Наступила долгая пауза. Веточка с надеждой смотрел на друзей: смог ли он тронуть их сердца, подхлестнуть их вялое воображение своим жгучим рассказом?
— Н-да, победа колоссальная, — сквозь зубы процедил Сенатор. — Слушай, у тебя есть еще эта?..
— Что?.. — В воздухе повеяло прозой. Веточка явственно ощутил, что поникают крылья.
— Давай, давай! — поторопил его Сенатор и сделал выразительный жест, после чего Веточка скрепя сердце полез в книжный шкаф за дополнительной порцией спиртного и искал дольше, чем это было необходимо.

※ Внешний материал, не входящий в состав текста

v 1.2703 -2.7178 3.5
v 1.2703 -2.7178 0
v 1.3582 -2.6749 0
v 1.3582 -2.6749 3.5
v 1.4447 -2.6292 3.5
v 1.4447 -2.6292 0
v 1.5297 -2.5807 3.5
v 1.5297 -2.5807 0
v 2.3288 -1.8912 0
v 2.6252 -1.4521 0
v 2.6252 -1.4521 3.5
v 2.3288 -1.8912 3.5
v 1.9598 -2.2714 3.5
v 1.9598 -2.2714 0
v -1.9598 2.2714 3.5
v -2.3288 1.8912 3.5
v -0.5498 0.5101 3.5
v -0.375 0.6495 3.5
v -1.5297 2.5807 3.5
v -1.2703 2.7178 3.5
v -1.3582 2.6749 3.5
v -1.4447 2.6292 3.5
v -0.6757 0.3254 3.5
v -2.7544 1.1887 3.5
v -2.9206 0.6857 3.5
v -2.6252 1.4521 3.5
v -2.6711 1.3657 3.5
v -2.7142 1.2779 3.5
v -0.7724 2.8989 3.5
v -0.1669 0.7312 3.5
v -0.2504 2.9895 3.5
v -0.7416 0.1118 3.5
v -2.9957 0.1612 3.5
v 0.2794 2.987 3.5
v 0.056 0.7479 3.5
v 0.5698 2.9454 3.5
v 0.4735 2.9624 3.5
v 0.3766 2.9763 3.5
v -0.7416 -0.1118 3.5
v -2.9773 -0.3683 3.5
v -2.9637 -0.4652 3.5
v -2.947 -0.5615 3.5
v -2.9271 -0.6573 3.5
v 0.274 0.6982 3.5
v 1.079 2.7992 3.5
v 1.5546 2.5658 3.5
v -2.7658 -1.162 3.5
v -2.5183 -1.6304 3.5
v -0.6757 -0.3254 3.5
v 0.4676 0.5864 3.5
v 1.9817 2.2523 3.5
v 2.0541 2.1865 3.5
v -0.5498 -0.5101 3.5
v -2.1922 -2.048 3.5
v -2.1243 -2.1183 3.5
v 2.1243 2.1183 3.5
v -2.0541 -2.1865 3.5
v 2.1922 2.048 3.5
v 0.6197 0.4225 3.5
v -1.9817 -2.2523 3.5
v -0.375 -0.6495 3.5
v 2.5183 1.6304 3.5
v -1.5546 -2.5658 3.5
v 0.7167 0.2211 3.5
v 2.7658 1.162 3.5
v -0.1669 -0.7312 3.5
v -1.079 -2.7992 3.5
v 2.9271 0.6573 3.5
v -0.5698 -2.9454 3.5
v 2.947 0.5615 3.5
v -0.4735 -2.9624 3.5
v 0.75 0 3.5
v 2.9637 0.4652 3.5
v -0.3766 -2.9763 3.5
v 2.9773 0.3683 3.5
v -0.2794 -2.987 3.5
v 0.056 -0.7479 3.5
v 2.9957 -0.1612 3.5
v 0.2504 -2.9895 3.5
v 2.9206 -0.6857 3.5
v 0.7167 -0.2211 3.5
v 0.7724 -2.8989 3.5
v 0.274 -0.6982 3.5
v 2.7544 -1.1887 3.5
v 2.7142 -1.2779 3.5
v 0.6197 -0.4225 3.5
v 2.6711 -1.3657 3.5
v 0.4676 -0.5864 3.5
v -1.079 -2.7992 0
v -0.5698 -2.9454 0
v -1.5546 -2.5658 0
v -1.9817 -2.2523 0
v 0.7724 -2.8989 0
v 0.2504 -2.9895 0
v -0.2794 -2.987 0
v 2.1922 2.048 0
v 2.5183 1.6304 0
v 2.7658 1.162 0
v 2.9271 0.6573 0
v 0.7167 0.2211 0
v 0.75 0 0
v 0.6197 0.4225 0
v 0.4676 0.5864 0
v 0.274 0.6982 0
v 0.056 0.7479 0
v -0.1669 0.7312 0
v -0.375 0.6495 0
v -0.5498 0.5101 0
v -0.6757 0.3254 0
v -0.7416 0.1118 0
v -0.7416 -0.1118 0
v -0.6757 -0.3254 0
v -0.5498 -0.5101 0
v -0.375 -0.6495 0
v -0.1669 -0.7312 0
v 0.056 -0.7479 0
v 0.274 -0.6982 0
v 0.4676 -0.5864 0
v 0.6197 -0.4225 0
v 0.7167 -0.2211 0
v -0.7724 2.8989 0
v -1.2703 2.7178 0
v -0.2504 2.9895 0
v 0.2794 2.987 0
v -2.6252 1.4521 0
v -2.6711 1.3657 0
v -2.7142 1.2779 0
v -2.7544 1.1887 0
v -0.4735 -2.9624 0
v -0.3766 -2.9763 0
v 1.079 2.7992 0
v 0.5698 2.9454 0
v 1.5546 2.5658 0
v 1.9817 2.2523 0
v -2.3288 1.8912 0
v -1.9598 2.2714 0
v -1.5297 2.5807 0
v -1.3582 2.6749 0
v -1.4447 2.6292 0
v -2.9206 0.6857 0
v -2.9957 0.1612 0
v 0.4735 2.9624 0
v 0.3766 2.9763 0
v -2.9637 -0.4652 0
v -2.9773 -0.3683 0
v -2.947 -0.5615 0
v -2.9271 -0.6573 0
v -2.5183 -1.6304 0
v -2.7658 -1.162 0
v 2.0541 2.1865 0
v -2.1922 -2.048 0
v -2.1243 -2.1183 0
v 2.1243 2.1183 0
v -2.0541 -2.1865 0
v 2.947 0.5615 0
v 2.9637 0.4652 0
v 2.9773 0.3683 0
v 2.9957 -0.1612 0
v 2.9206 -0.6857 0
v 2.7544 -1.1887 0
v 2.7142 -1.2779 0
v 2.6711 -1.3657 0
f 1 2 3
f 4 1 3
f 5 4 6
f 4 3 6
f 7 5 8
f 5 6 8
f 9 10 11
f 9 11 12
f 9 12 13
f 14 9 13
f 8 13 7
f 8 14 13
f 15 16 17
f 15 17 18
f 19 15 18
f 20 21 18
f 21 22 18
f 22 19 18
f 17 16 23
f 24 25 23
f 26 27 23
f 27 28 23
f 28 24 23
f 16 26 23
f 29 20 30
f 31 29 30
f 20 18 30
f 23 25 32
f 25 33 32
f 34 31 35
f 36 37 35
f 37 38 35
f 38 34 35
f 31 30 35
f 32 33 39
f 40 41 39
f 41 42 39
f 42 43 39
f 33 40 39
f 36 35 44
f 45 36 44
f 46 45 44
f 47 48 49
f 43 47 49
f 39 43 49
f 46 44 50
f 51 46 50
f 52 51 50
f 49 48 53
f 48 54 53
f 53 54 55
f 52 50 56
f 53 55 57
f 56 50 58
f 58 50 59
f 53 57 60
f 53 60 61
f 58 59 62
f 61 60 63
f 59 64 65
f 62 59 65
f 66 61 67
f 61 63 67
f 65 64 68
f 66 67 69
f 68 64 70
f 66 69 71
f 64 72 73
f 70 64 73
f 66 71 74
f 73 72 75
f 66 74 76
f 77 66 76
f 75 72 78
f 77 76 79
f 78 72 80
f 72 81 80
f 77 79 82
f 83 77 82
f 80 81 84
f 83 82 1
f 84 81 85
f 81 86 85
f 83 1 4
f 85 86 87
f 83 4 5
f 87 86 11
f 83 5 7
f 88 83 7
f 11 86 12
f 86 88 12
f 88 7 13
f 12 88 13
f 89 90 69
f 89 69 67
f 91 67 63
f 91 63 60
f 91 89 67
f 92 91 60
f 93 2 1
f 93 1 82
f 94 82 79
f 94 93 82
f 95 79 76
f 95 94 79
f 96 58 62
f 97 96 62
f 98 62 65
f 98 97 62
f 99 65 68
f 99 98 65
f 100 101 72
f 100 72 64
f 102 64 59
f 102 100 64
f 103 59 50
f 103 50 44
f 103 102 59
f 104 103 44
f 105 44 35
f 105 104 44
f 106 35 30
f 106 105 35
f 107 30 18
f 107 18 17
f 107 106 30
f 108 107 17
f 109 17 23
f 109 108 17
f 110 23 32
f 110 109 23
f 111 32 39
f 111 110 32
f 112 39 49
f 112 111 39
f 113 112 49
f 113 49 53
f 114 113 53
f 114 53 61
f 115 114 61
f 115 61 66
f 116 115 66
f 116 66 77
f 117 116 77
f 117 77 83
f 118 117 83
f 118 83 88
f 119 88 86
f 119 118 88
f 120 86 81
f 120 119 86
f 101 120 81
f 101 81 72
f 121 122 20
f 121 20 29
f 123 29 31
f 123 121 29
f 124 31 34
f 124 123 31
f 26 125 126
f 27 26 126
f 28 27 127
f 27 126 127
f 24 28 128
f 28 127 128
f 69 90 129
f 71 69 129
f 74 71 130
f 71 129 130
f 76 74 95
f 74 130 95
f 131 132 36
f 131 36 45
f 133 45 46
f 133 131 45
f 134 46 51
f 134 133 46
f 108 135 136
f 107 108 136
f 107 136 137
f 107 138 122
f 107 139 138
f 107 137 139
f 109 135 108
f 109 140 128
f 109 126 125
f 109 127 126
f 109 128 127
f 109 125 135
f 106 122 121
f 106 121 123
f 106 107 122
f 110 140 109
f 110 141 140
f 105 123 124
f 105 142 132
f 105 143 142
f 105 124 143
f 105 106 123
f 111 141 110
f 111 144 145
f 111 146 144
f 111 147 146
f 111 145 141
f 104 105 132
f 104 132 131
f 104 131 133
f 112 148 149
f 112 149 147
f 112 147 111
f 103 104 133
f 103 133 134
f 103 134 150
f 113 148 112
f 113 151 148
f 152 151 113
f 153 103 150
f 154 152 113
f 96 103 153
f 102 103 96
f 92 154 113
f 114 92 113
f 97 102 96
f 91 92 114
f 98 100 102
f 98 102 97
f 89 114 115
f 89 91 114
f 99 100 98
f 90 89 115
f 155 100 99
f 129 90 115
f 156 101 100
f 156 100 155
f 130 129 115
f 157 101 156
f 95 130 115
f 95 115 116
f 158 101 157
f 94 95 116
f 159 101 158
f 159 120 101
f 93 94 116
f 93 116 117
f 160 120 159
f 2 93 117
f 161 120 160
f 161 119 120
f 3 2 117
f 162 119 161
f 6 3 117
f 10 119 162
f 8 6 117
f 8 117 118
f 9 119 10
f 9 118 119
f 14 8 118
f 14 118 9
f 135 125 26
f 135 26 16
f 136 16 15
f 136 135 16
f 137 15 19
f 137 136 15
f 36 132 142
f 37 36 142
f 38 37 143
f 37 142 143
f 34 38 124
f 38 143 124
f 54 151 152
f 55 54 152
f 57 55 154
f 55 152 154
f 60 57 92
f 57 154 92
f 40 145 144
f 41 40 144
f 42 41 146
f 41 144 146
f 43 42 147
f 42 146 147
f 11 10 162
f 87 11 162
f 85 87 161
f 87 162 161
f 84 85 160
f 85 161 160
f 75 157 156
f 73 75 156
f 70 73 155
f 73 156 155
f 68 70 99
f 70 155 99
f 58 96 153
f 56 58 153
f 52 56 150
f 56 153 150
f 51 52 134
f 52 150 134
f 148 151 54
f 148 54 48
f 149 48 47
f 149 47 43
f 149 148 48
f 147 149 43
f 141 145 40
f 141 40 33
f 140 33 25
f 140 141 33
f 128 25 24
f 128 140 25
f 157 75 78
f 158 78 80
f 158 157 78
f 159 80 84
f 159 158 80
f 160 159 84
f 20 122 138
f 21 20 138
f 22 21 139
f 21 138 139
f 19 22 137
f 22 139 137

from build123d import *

# Parameters (mm, degrees)
ESQUISSE1_R        = 0.75
BOSS_EXTRU_1_DEPTH = 3.5
ESQUISSE2_R        = 3
ESQUISSE2_R_2      = 0.75
BOSS_EXTRU_2_DEPTH = 3.5


with BuildPart() as part:
    # Esquisse1 → Boss.-Extru.1 (new body)
    with BuildSketch(Plane.XY):
        with BuildLine():
            ThreePointArc((2.977310095, 0.368272455), (2.955741127, 0.513414445), (2.927100903, 0.657328154))
            add(Edge.make_bspline(
                [(2.211403727, 0.79214554), (2.222779445, 0.796220429), (2.274133198, 0.805614359), (2.359373738, 0.810478726), (2.538607422, 0.796225963), (2.732062921, 0.744216047), (2.878239296, 0.681280138), (2.927100903, 0.657328154)],
                knots=[0, 0, 0, 0, 0.036250587, 0.155621312, 0.255291203, 0.575254513, 0.744084786, 0.744084786, 0.744084786, 0.744084786], degree=3))
            add(Edge.make_bspline(
                [(2.211403727, 0.79214554), (2.132130324, 0.763749064), (1.99001212, 0.681956821), (1.750090704, 0.694113528), (1.707279056, 0.775127876)],
                knots=[0, 0, 0, 0, 0.252617676, 0.527509393, 0.527509393, 0.527509393, 0.527509393], degree=3))
            ThreePointArc((1.707279056, 0.775127876), (1.657764419, 0.876037746), (1.602292085, 0.973799299))
            add(Edge.make_bspline(
                [(1.90038092, 1.380707558), (1.832256922, 1.331212576), (1.684611138, 1.259880414), (1.559480437, 1.054813647), (1.602292085, 0.973799299)],
                knots=[0, 0, 0, 0, 0.252617676, 0.527509393, 0.527509393, 0.527509393, 0.527509393], degree=3))
            add(Edge.make_bspline(
                [(1.90038092, 1.380707558), (1.9101567, 1.387810078), (1.946851003, 1.424944725), (1.998895263, 1.49262786), (2.088102134, 1.648736761), (2.154127637, 1.837868182), (2.184488772, 1.994094501), (2.192229346, 2.04795764)],
                knots=[0, 0, 0, 0, 0.036250587, 0.155621312, 0.255291203, 0.575254513, 0.744084786, 0.744084786, 0.744084786, 0.744084786], degree=3))
            ThreePointArc((2.192229346, 2.04795764), (2.089467363, 2.152702055), (1.98170658, 2.25229639))
            add(Edge.make_bspline(
                [(1.32345173, 1.940689701), (1.33025972, 1.950672835), (1.366284165, 1.988457663), (1.432386008, 2.04249615), (1.585766668, 2.136316339), (1.772846116, 2.207949723), (1.928098087, 2.242953821), (1.98170658, 2.25229639)],
                knots=[0, 0, 0, 0, 0.036250587, 0.155621312, 0.255291203, 0.575254513, 0.744084786, 0.744084786, 0.744084786, 0.744084786], degree=3))
            add(Edge.make_bspline(
                [(1.32345173, 1.940689701), (1.27600923, 1.871120733), (1.209109462, 1.721414433), (1.007863426, 1.590227146), (0.925609036, 1.630605075)],
                knots=[0, 0, 0, 0, 0.252617676, 0.527509393, 0.527509393, 0.527509393, 0.527509393], degree=3))
            ThreePointArc((0.925609036, 1.630605075), (0.82623752, 1.683138901), (0.72389666, 1.729623839))
            add(Edge.make_bspline(
                [(0.72588092, 2.234031757), (0.699859868, 2.153947194), (0.622339913, 2.009454248), (0.641642271, 1.770001768), (0.72389666, 1.729623839)],
                knots=[0, 0, 0, 0, 0.252617676, 0.527509393, 0.527509393, 0.527509393, 0.527509393], degree=3))
            add(Edge.make_bspline(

Когда порция вишневки исчезла в широких глотках Сенатора и Магомет-Хана, Веточка с новым немым вопросом поглядел на того и на другого. Лицо Магомет-Хана можно было определить как непроницаемое, если бы не знать, что за этой непроницаемой перегородкой одна лишь непроходимая глупость. На лице Сенатора, напротив того, блуждала улыбка. Улыбка эта и обрадовала и насторожила Веточку: было в ней что-то двусмысленное. Но Веточка успокоился, как только его старинный товарищ произнес четкие деловые слова:
— Инструмент есть? Веревки имеются?
— Инструмент? — радостно переспросил Веточка. — Гаечный ключ, ломик, зубило, большой молоток, плоскогубцы, отвертка… — начал он перечислять. — Что еще может понадобиться? Топор вряд ли нужен… Но есть и топор.